On Wed, Dec 23, 2020 at 11:24:16AM -0500, Peter Xu wrote:
> I think this is not against Linus's example - where cpu2 does not have tlb
> cached so it sees RO while cpu3 does have tlb cached so cpu3 can still modify
> it.  So IMHO there's no problem here.
> 
> But I do think in step 2 here we overlooked _PAGE_UFFD_WP bit.  Note that if
> it's uffd-wp wr-protection it's always applied along with removing of the write
> bit in change_pte_range():
> 
>         if (uffd_wp) {
>                 ptent = pte_wrprotect(ptent);
>                 ptent = pte_mkuffd_wp(ptent);
>         }
> 
> So instead of being handled as COW page do_wp_page() will always trap
> userfaultfd-wp first, hence no chance to race with COW.
> 
> COW could only trigger after another uffd-wp-resolve ioctl which could remove
> the _PAGE_UFFD_WP bit, but with Andrea's theory unprotect will only happen
> after all wr-protect completes, which guarantees that when reaching the COW
> path the tlb must has been flushed anyways.  Then no one should be modifying
> the page anymore even without pgtable lock in COW path.
> 
> So IIUC what Linus proposed on "flushing tlb within pgtable lock" seems to
> work, but it just may cause more tlb flush than Andrea's proposal especially
> when the protection range is large (it's common to have a huge protection range
> for e.g. VM live snapshotting, where we'll protect all guest rw ram).
> 
> My understanding of current issue is that either we can take Andrea's proposal
> (although I think the group rwsem may not be extremely better than a per-mm
> rwsem, which I don't know... at least not worst than that?), or we can also go
> the other way (also as Andrea mentioned) so that when wr-protect:
> 
>   - for <=2M range (pmd or less), we take read rwsem, but flush tlb within
>     pgtable lock
> 
>   - for >2M range, we take write rwsem directly but flush tlb once

I fully agree indeed.

I still have to fully understand how the clear_refs_write was fixed.

clear_refs_write has not even a "catcher" in the page fault but it
clears the pte_write under mmap_read_lock and it doesn't flush before
releasing the PT lock.

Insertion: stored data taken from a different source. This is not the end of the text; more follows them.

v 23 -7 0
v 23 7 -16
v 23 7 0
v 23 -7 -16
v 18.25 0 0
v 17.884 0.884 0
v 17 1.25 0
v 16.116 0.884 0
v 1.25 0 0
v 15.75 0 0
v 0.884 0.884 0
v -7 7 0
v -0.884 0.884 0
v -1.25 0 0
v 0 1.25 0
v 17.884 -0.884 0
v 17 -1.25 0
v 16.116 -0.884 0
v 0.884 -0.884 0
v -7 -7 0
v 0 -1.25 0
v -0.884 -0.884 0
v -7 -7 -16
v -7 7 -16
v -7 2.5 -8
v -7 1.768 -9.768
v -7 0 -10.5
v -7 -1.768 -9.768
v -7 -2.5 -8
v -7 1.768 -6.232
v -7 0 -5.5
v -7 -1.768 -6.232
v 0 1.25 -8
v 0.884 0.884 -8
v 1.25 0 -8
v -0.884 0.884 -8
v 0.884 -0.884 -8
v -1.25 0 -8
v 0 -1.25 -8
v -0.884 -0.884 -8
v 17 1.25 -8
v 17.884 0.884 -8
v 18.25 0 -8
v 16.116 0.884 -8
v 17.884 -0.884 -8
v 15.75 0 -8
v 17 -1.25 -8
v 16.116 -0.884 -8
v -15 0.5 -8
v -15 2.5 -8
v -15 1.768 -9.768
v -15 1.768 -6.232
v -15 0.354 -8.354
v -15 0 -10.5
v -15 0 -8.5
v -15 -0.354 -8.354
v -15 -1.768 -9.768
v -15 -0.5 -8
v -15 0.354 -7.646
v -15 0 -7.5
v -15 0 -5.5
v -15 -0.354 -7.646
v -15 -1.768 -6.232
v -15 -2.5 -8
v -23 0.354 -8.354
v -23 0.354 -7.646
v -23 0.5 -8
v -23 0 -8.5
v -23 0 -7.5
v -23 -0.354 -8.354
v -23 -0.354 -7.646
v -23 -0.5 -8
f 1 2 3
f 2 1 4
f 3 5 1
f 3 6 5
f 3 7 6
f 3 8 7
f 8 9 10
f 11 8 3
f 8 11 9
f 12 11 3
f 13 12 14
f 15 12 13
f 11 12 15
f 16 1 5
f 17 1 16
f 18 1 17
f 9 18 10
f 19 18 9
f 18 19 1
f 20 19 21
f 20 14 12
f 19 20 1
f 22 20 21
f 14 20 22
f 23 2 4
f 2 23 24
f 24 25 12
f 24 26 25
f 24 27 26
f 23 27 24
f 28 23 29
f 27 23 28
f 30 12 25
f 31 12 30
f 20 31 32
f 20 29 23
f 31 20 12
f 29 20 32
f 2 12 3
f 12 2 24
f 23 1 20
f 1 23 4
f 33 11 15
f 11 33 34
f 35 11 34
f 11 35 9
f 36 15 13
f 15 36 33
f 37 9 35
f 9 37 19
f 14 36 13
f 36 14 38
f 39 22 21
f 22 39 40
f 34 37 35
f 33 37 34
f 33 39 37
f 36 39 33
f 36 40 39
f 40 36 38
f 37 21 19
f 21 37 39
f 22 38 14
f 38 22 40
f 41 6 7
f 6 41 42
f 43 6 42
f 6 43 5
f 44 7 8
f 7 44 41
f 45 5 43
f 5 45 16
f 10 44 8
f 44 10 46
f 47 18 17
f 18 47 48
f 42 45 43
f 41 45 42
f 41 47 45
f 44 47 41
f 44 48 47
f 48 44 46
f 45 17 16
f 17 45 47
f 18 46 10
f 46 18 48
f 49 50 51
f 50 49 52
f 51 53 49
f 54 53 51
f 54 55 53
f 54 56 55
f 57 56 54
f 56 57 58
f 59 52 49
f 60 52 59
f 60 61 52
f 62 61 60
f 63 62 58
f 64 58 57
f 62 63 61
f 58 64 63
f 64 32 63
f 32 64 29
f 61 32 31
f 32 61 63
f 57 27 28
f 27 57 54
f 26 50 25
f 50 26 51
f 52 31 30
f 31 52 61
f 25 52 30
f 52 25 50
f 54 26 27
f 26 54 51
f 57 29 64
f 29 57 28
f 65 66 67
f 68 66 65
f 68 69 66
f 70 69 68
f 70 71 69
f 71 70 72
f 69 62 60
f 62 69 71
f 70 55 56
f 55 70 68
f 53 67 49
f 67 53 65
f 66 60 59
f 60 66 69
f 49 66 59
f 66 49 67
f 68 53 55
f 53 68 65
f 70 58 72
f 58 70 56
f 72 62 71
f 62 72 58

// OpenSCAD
translate([-7,0,-16/2]) union()
{    
    difference()
    {
        translate([30/2,0,0]) cube([30,14,16], center = true);
        translate([7,0,0]) cylinder($fn= 8, h=20, r=2.5/2);
        translate([7+17,0,0]) cylinder($fn= 8, h=20, r=2.5/2);
    }

    rotate([0,-90,0]) cylinder($fn= 8, h=8, r=5/2);
    rotate([0,-90,0]) translate([0,0,8]) cylinder($fn= 8, h=8, r=1/2);
}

It appears way more broken than
userfaultfd_writeprotect ever was.

static inline void clear_soft_dirty(struct vm_area_struct *vma,
		unsigned long addr, pte_t *pte)
{
	/*
	 * The soft-dirty tracker uses #PF-s to catch writes
	 * to pages, so write-protect the pte as well. See the
	 * Documentation/admin-guide/mm/soft-dirty.rst for full description
	 * of how soft-dirty works.
	 */

       https://patchwork.kernel.org/project/linux-mm/patch/20201210121110.10094-2-will@kernel.org/

"Although this is fine when simply aging the ptes, in the case of
clearing the "soft-dirty" state we can end up with entries where
pte_write() is false, yet a writable mapping remains in the TLB.

Fix this by avoiding the mmu_gather API altogether: managing both the
'tlb_flush_pending' flag on the 'mm_struct' and explicit TLB
invalidation for the sort-dirty path, much like mprotect() does
already"

NOTE: about the above comment, that mprotect takes
mmap_read_lock. Your above code change in the commit above, still has
mmap_read_lock, there's still no similarity with mprotect whatsoever.

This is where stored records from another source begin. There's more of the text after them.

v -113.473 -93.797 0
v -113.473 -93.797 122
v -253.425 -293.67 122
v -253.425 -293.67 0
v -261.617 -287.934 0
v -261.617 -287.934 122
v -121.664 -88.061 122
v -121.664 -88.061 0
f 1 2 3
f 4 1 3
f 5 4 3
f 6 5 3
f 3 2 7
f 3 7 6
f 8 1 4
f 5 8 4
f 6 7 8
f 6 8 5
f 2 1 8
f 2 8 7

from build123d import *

# Parameters (mm, degrees)
F0_W     = 244
F0_H     = 122
F1_DEPTH = 10
F2_ANGLE = 90
F3_ANGLE = 125


with BuildPart() as f1:
    # F0 (on Top) → F1 (new body)
    with BuildSketch(Plane.XY):
        with Locations((0.335931778, -17.06091269)):
            Rectangle(F0_W, F0_H)
    extrude(amount=F1_DEPTH)


with BuildPart() as f1_1:
    # F2: moved
    add(f1.part.rotate(Axis((0.335931778, -78.06091269, 0), (1, 0, 0)), F2_ANGLE))


with BuildPart() as f1_2:
    # F3: moved
    add(f1_1.part.rotate(Axis((-121.664068222, -88.06091269, 61), (0, 0, -1)), F3_ANGLE))


solid = f1_2.part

Did you test what happens when clear_refs_write leaves writable stale
TLB and you run do_wp_page copies the page while the other CPU still
is writing to the page? Has clear_refs_write a selftest as aggressive
and racy as the uffd selftest to reproduce that workload?

The race fixed with the group lock internally to uffd, is possible
thanks to marker+catcher in NUMA balancing style? But that's not there
for clear_refs_write even after the above commit.

It doesn't appear either that this patch is adding a synchronous tlb
flush inside the PT lock either.

Overall, it would be unfair if clear_refs_write is allowed to do the
same thing that userfaultfd_writeprotect has to do, but with the
mmap_read_lock, if userfaultfd_writeprotect will be forced to take
mmap_write_lock.

In my view there are 3 official ways to deal with this:

1) set a marker in the pte/hugepmd inside the PT lock, and add a
   catcher for the marker in the page fault to send the page fault to
   a dead end while there are stale TLB entries

   cases: userfaultfd_writeprotect() and NUMA balancing

2) take mmap_write_lock

   case: mprotect

3) flush the TLB before the PT lock release

   case: KSM write_protect_page

Where does the below patch land in the 3 cases? It doesn't fit any of
them and what it does looks still not sufficient to fix the userfault
memory corruption.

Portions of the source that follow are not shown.